* _Work order_
Every line below between the line holding "v -335.541 0 1610.394" and the line holding "v -18.287 0 1592.36", inclusive, should be repeated exactly, and all other lines omitted.

Stored items:
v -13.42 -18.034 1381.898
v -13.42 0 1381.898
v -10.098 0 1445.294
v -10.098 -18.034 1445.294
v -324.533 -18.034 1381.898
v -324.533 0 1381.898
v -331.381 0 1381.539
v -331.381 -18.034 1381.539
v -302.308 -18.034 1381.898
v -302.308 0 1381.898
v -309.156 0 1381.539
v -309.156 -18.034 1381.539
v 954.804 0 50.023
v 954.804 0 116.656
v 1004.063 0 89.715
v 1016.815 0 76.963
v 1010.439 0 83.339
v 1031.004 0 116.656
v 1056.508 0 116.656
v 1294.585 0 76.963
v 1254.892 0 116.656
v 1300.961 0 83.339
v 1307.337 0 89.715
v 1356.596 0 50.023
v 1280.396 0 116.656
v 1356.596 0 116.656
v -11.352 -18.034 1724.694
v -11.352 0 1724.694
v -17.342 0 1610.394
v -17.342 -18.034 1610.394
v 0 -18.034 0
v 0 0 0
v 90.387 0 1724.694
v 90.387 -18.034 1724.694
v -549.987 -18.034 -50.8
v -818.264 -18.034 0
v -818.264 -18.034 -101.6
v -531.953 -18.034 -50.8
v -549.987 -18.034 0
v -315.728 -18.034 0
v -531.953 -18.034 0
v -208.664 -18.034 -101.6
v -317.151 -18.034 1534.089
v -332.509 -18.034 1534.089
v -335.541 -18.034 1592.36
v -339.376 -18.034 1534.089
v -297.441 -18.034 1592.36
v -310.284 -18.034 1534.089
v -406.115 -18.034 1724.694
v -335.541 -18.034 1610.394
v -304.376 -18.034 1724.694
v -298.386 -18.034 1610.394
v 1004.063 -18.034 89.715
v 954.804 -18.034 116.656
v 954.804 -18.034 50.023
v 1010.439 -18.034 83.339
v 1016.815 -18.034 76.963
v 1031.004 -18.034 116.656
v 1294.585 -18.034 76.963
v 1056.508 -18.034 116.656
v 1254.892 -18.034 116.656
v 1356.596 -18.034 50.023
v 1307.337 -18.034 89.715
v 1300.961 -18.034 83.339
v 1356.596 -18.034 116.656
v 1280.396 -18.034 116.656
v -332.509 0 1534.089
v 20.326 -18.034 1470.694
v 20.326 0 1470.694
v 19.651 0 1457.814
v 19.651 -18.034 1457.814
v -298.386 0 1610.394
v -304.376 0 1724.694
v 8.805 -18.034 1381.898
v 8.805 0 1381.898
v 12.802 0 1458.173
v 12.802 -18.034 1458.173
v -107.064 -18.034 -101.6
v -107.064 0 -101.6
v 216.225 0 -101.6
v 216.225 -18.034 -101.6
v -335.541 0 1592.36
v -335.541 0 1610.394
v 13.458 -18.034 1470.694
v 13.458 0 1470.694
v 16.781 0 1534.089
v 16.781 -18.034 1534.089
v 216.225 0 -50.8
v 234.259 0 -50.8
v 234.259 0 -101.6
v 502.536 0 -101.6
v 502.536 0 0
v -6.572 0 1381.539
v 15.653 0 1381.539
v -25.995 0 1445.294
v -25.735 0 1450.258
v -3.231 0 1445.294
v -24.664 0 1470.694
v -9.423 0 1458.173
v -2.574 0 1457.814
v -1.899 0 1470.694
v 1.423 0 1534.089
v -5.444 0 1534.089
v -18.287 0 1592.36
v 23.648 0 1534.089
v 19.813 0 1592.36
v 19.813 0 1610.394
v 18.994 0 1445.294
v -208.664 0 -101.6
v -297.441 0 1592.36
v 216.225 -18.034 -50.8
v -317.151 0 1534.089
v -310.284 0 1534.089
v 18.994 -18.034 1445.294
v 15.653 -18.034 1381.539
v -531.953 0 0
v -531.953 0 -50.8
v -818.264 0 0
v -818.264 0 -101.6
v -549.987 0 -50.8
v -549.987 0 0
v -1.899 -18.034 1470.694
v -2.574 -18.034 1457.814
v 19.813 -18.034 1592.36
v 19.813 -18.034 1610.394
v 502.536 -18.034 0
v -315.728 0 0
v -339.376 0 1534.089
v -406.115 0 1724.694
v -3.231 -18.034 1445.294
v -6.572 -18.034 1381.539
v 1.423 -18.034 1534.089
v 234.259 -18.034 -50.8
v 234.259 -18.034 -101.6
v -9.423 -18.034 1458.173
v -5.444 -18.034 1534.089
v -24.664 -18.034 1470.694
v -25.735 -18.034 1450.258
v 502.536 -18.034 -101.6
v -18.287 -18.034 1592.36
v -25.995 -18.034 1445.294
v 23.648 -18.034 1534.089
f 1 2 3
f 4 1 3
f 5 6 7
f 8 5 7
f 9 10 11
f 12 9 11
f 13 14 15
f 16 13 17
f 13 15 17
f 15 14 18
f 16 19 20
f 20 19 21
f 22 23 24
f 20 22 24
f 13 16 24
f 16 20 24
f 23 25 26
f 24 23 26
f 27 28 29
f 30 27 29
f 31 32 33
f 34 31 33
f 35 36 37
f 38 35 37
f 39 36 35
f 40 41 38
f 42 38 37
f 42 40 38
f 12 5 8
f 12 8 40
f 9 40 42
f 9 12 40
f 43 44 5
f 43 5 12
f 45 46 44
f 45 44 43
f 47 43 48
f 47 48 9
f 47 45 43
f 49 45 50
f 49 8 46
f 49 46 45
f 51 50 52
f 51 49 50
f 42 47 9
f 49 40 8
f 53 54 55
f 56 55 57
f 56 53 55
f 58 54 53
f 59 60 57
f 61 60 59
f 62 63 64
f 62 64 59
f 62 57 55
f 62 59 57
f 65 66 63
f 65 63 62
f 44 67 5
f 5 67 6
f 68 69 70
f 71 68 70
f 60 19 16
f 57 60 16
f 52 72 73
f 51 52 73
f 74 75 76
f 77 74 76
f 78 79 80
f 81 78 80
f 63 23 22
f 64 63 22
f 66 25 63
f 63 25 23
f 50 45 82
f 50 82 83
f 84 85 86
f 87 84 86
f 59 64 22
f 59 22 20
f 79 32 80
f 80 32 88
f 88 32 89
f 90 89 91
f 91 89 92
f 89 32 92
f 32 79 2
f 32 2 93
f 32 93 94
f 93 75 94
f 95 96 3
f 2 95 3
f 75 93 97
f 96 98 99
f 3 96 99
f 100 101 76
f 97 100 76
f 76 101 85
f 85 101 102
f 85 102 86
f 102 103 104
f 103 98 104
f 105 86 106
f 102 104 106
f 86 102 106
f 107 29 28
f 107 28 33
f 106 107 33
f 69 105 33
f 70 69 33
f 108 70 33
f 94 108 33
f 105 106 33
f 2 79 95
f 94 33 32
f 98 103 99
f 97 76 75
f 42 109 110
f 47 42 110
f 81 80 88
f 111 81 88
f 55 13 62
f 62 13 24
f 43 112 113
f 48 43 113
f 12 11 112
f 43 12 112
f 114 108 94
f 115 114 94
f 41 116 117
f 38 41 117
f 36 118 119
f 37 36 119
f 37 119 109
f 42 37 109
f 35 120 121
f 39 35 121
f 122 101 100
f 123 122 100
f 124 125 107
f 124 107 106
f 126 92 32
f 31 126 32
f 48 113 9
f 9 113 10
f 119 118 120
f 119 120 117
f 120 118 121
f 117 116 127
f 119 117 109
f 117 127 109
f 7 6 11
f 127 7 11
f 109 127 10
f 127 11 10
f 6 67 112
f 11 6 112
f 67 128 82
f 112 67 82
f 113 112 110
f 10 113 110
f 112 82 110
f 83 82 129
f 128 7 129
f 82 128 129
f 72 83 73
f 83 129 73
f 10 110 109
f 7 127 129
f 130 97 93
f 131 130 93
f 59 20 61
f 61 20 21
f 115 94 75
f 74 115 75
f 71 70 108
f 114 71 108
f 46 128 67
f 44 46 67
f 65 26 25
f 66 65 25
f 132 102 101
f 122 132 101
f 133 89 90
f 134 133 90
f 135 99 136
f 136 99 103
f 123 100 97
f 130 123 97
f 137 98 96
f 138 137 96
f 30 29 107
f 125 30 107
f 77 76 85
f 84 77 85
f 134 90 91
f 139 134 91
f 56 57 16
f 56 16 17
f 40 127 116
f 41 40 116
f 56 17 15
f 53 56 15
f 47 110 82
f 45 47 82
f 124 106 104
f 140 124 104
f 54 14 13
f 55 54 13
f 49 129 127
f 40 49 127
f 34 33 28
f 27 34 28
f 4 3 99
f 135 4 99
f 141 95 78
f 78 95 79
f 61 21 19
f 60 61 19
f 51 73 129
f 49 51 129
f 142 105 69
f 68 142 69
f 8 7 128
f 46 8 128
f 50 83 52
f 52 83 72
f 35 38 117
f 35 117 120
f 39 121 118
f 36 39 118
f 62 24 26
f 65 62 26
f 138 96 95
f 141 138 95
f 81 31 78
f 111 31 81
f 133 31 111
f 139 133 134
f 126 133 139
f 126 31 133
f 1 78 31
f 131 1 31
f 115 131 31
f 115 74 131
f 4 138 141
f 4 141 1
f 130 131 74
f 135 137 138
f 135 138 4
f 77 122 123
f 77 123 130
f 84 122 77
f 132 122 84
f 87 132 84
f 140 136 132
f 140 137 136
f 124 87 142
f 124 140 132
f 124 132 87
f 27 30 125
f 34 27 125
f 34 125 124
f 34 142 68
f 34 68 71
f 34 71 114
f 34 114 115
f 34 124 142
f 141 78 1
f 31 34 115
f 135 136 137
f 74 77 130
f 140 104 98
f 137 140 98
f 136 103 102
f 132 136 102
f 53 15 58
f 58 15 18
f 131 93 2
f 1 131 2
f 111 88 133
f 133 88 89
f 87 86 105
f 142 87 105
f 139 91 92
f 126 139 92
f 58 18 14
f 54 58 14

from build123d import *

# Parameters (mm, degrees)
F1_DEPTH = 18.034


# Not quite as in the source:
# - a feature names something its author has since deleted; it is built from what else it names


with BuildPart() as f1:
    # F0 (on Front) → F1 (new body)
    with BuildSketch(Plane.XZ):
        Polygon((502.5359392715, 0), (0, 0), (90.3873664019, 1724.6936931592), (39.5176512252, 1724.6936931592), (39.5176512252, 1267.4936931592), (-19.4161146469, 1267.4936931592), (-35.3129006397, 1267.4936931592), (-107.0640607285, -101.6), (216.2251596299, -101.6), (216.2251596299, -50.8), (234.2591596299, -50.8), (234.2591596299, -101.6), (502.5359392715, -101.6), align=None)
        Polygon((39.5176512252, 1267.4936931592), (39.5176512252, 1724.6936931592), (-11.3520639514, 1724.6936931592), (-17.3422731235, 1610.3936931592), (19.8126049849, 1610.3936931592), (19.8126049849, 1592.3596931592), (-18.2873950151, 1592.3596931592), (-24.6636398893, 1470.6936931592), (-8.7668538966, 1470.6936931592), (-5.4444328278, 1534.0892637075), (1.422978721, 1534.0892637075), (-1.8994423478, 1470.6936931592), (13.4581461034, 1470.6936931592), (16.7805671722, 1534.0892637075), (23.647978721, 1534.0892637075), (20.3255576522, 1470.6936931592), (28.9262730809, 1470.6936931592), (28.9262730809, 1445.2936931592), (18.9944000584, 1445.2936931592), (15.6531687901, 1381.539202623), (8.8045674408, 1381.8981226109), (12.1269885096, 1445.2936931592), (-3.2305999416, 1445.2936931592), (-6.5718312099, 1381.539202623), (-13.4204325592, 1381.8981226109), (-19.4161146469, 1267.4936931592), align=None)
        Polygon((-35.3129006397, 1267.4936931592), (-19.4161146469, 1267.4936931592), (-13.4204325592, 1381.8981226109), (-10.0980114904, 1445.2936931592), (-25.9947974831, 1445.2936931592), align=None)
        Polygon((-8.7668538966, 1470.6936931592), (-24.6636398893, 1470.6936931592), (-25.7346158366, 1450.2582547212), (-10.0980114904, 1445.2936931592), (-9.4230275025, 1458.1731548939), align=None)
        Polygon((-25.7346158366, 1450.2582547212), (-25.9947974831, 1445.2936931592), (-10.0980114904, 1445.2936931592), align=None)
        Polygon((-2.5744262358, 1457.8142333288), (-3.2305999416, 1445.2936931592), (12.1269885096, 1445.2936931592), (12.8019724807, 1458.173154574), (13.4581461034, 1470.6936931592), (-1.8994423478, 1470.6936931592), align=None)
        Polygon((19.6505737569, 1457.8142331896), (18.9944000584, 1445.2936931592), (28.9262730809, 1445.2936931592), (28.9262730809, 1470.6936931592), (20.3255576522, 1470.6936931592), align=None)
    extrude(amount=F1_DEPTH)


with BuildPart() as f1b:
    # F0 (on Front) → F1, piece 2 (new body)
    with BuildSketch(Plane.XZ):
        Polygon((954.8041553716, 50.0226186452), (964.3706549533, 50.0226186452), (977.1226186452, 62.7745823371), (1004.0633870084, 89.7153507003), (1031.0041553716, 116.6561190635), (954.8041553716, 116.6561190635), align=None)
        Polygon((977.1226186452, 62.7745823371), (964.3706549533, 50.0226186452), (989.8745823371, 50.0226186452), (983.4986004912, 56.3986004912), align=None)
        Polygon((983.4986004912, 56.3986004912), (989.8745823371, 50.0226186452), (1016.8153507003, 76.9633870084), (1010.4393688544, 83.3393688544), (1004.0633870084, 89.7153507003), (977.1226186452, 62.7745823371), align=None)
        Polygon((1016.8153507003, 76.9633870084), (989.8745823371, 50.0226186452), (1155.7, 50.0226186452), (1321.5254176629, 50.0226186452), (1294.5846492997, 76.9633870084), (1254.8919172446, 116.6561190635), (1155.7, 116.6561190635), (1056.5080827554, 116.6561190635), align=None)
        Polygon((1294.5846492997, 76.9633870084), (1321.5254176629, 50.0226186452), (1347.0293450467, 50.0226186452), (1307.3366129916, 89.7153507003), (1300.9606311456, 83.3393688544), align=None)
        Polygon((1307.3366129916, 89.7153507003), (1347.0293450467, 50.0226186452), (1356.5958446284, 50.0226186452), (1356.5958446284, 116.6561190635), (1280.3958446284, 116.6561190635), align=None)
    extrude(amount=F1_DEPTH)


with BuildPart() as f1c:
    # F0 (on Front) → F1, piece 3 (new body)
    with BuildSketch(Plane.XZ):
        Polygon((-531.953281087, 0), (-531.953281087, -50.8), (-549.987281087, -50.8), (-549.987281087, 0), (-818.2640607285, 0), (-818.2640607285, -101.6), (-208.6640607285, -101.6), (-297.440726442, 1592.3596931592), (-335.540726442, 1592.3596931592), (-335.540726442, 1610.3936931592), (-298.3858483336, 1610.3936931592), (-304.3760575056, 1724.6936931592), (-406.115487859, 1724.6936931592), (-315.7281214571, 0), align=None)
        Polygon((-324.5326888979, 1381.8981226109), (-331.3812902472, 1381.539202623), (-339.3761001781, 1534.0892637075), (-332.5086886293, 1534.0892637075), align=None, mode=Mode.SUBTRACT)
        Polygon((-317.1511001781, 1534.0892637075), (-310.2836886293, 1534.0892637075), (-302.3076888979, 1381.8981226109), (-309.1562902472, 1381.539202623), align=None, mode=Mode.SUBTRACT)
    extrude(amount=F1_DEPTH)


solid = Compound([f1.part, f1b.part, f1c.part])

* _Result_
v -335.541 0 1610.394
v 13.458 -18.034 1470.694
v 13.458 0 1470.694
v 16.781 0 1534.089
v 16.781 -18.034 1534.089
v 216.225 0 -50.8
v 234.259 0 -50.8
v 234.259 0 -101.6
v 502.536 0 -101.6
v 502.536 0 0
v -6.572 0 1381.539
v 15.653 0 1381.539
v -25.995 0 1445.294
v -25.735 0 1450.258
v -3.231 0 1445.294
v -24.664 0 1470.694
v -9.423 0 1458.173
v -2.574 0 1457.814
v -1.899 0 1470.694
v 1.423 0 1534.089
v -5.444 0 1534.089
v -18.287 0 1592.36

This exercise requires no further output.